What needs to be done:
Starting with the first line and ending with the line that holds "#8=(LENGTH_UNIT()NAMED_UNIT(*)SI_UNIT(.MILLI.,.METRE.));", repeat the material exactly.

Data for this task:
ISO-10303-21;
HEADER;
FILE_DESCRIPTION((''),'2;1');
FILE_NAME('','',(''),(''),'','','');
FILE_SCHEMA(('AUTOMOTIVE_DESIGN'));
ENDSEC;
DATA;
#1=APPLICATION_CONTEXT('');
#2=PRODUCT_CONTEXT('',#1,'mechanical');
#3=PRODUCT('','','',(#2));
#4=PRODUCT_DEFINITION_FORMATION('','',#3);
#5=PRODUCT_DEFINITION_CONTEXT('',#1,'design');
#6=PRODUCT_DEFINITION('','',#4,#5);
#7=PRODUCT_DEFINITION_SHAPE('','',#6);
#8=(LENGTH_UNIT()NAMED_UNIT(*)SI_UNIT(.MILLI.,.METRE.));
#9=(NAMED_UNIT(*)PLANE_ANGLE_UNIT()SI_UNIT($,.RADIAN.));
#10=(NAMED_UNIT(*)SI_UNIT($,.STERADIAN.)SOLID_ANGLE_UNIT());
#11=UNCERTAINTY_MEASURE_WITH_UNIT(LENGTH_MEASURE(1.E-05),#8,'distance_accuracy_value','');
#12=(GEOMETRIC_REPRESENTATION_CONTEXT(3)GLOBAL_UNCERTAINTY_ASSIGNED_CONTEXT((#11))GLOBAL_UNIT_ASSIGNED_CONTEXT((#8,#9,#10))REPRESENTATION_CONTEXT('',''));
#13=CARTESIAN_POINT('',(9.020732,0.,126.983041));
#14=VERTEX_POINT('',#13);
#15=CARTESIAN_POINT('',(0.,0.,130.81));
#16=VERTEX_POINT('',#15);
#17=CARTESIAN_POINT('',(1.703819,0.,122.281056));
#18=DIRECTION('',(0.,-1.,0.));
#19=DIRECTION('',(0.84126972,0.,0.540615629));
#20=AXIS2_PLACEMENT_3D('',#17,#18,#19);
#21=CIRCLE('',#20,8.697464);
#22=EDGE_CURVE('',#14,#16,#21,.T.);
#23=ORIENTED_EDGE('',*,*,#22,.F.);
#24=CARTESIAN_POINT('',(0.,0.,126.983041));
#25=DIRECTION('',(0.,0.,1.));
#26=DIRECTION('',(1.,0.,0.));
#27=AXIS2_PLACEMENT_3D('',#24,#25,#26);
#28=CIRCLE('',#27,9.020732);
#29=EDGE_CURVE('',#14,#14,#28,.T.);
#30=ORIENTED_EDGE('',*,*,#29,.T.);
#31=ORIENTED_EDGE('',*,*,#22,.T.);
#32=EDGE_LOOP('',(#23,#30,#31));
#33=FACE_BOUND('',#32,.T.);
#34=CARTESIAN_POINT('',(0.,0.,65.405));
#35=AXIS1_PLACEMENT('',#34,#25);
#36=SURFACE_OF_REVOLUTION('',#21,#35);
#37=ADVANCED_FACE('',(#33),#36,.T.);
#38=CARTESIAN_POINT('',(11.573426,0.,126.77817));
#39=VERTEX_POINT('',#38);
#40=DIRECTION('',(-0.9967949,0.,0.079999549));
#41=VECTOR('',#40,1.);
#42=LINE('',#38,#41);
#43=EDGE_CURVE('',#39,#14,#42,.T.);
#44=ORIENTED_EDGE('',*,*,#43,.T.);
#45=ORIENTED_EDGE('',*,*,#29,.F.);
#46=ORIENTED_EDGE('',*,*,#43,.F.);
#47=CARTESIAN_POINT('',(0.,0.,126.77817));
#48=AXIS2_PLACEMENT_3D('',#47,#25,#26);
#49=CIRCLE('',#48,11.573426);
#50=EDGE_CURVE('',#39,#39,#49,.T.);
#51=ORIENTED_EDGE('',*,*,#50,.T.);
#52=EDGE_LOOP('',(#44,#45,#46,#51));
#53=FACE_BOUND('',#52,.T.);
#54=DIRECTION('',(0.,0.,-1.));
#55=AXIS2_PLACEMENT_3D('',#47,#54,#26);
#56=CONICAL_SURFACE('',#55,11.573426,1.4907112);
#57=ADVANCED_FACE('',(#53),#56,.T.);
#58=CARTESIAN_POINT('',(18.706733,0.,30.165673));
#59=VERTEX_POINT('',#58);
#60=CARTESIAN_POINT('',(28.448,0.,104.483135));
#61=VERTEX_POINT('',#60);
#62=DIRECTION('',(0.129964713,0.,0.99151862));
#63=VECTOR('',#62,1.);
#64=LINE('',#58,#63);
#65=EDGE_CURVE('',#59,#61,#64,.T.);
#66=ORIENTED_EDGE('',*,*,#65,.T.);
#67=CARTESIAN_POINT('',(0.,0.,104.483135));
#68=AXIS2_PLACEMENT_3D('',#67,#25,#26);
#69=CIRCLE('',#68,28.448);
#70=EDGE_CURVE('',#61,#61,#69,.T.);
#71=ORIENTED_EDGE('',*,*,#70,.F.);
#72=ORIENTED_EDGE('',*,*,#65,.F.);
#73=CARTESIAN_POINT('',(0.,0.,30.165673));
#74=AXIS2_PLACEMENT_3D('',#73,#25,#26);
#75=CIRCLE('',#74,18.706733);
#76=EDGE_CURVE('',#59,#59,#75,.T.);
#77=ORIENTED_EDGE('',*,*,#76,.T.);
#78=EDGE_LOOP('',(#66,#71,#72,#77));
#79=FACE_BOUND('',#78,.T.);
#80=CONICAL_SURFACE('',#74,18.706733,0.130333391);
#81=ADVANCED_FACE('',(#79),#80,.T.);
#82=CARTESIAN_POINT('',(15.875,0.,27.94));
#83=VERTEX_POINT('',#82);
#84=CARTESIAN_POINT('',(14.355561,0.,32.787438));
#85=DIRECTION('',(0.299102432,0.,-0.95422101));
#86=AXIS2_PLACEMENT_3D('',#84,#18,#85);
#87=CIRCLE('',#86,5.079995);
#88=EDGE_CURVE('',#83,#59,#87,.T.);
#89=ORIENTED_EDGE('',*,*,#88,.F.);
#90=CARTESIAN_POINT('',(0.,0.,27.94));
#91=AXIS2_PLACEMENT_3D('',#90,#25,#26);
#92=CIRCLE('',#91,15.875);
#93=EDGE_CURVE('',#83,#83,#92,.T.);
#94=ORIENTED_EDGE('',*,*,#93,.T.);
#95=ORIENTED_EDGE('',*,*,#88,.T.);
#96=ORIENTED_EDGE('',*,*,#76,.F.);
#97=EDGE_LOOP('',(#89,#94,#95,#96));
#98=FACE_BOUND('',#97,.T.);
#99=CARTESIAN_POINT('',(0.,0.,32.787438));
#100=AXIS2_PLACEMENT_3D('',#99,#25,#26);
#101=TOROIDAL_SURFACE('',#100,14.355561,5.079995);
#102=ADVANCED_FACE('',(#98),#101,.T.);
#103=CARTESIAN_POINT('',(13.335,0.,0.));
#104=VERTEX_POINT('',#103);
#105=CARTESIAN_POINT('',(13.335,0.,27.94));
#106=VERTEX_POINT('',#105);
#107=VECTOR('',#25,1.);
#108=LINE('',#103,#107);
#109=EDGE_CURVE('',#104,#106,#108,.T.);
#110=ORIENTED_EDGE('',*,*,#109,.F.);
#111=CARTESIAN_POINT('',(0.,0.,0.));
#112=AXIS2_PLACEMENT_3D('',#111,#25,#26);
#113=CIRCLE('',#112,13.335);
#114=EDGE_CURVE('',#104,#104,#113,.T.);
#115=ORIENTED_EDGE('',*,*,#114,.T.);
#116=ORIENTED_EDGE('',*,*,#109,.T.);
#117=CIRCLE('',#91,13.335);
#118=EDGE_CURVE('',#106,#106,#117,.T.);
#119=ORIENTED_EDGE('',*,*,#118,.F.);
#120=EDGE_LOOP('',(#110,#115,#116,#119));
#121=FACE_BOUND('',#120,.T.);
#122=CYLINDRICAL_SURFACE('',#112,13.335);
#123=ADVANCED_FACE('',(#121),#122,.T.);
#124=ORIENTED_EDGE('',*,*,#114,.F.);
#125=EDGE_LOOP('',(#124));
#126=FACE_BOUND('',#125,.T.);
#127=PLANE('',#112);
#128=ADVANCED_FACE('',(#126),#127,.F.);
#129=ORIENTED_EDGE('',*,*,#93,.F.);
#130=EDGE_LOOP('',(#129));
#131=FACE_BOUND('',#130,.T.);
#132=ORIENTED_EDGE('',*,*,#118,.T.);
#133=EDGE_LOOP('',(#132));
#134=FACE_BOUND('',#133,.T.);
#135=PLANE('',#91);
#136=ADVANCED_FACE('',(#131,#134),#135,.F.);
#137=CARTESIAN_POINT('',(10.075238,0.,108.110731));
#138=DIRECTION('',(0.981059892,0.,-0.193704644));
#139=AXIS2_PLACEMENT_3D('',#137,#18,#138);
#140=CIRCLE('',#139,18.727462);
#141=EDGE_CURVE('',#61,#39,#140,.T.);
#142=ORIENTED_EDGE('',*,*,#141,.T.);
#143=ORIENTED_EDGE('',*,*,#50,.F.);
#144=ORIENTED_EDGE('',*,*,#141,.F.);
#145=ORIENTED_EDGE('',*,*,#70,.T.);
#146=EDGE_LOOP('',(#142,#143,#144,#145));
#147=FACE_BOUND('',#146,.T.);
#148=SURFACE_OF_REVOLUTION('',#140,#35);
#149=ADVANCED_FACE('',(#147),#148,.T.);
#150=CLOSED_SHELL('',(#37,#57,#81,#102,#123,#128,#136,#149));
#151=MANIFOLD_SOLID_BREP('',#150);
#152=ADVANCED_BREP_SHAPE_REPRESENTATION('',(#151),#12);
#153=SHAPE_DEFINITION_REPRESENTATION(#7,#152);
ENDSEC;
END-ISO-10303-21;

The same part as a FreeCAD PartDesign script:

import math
import FreeCAD as App
import Part
import Sketcher
Q = App.Units.Quantity

doc = App.newDocument("Part")
body = doc.addObject("PartDesign::Body", "Body")

sketch1 = doc.addObject("Sketcher::SketchObject", "Sketch")
body.addObject(sketch1)
sketch1.AttachmentSupport = (doc.XZ_Plane, [""])
sketch1.MapMode = "FlatFace"
sketch1.addGeometry(Part.LineSegment(App.Vector(0, 0, 0), App.Vector(13.3, 0, 0)), False)
sketch1.addGeometry(Part.LineSegment(App.Vector(13.3, 0, 0), App.Vector(13.3, 27.9, 0)), False)
sketch1.addGeometry(Part.LineSegment(App.Vector(13.3, 27.9, 0), App.Vector(15.9, 27.9, 0)), False)
sketch1.addGeometry(Part.ArcOfCircle(Part.Circle(App.Vector(14.4, 32.8, 0), App.Vector(0, 0, 1), 5.1), math.radians(-73), math.radians(-31)), False)
sketch1.addGeometry(Part.LineSegment(App.Vector(18.7, 30.2, 0), App.Vector(28.4, 104.5, 0)), False)
sketch1.addGeometry(Part.ArcOfCircle(Part.Circle(App.Vector(10.1, 108.1, 0), App.Vector(0, 0, 1), 18.7), math.radians(-11), math.radians(85)), False)
sketch1.addGeometry(Part.LineSegment(App.Vector(11.6, 126.8, 0), App.Vector(9, 127, 0)), False)
sketch1.addGeometry(Part.ArcOfCircle(Part.Circle(App.Vector(1.7, 122.3, 0), App.Vector(0, 0, 1), 8.7), math.radians(33), math.radians(101)), False)
sketch1.addGeometry(Part.LineSegment(App.Vector(0, 130.8, 0), App.Vector(0, 0, 0)), False)
sketch1.addConstraint(Sketcher.Constraint("Coincident", 0, 2, 1, 1))
sketch1.addConstraint(Sketcher.Constraint("Coincident", 1, 2, 2, 1))
sketch1.addConstraint(Sketcher.Constraint("Coincident", 2, 2, 3, 1))
sketch1.addConstraint(Sketcher.Constraint("Coincident", 3, 2, 4, 1))
sketch1.addConstraint(Sketcher.Constraint("Coincident", 4, 2, 5, 1))
sketch1.addConstraint(Sketcher.Constraint("Tangent", 5, 2, 6, 1))
sketch1.addConstraint(Sketcher.Constraint("Coincident", 6, 2, 7, 1))
sketch1.addConstraint(Sketcher.Constraint("Coincident", 7, 2, 8, 1))
sketch1.addConstraint(Sketcher.Constraint("Coincident", 8, 2, 0, 1))
sketch1.addConstraint(Sketcher.Constraint("Horizontal", 0))
sketch1.addConstraint(Sketcher.Constraint("Vertical", 1))
sketch1.addConstraint(Sketcher.Constraint("Horizontal", 2))
sketch1.addConstraint(Sketcher.Constraint("Vertical", 8))
sketch1.addConstraint(Sketcher.Constraint("Coincident", 8, 2, -1, 1))
sketch1.addConstraint(Sketcher.Constraint("DistanceX", 2, 1, 2, 2, Q("0.1 in")))
sketch1.addConstraint(Sketcher.Constraint("DistanceY", 1, 1, 1, 2, Q("1.1 in")))
sketch1.addConstraint(Sketcher.Constraint("DistanceY", 8, 2, 8, 1, Q("5.15 in")))
sketch1.addConstraint(Sketcher.Constraint("DistanceX", 0, 1, 0, 2, Q("0.525 in")))
sketch1.addConstraint(Sketcher.Constraint("DistanceX", -1, 1, 4, 2, Q("1.12 in")))
sketch1.addConstraint(Sketcher.Constraint("Radius", 5, 18.727462))
sketch1.addConstraint(Sketcher.Constraint("Radius", 3, 5.079995))
sketch1.addConstraint(Sketcher.Constraint("Radius", 7, 8.697464))
sketch1.addConstraint(Sketcher.Constraint("DistanceX", 7, 3, 3, 3, Q("0.4981001 in")))
sketch1.addConstraint(Sketcher.Constraint("Distance", 6, 2.560902))
sketch1.addConstraint(Sketcher.Constraint("Distance", 4, 74.953168))
sketch1.addConstraint(Sketcher.Constraint("DistanceX", -1, 1, 3, 3, 14.355561))
sketch1.addConstraint(Sketcher.Constraint("DistanceX", -1, 1, 5, 3, 10.075238))
sketch1.addConstraint(Sketcher.Constraint("DistanceY", -1, 1, 5, 3, 108.110731))
revolution = doc.addObject("PartDesign::Revolution", "Revolution")
body.addObject(revolution)
revolution.Profile = sketch1
revolution.ReferenceAxis = (sketch1, ["V_Axis"])
revolution.Angle = 360

doc.recompute()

Finished task:
ISO-10303-21;
HEADER;
FILE_DESCRIPTION((''),'2;1');
FILE_NAME('','',(''),(''),'','','');
FILE_SCHEMA(('AUTOMOTIVE_DESIGN'));
ENDSEC;
DATA;
#1=APPLICATION_CONTEXT('');
#2=PRODUCT_CONTEXT('',#1,'mechanical');
#3=PRODUCT('','','',(#2));
#4=PRODUCT_DEFINITION_FORMATION('','',#3);
#5=PRODUCT_DEFINITION_CONTEXT('',#1,'design');
#6=PRODUCT_DEFINITION('','',#4,#5);
#7=PRODUCT_DEFINITION_SHAPE('','',#6);
#8=(LENGTH_UNIT()NAMED_UNIT(*)SI_UNIT(.MILLI.,.METRE.));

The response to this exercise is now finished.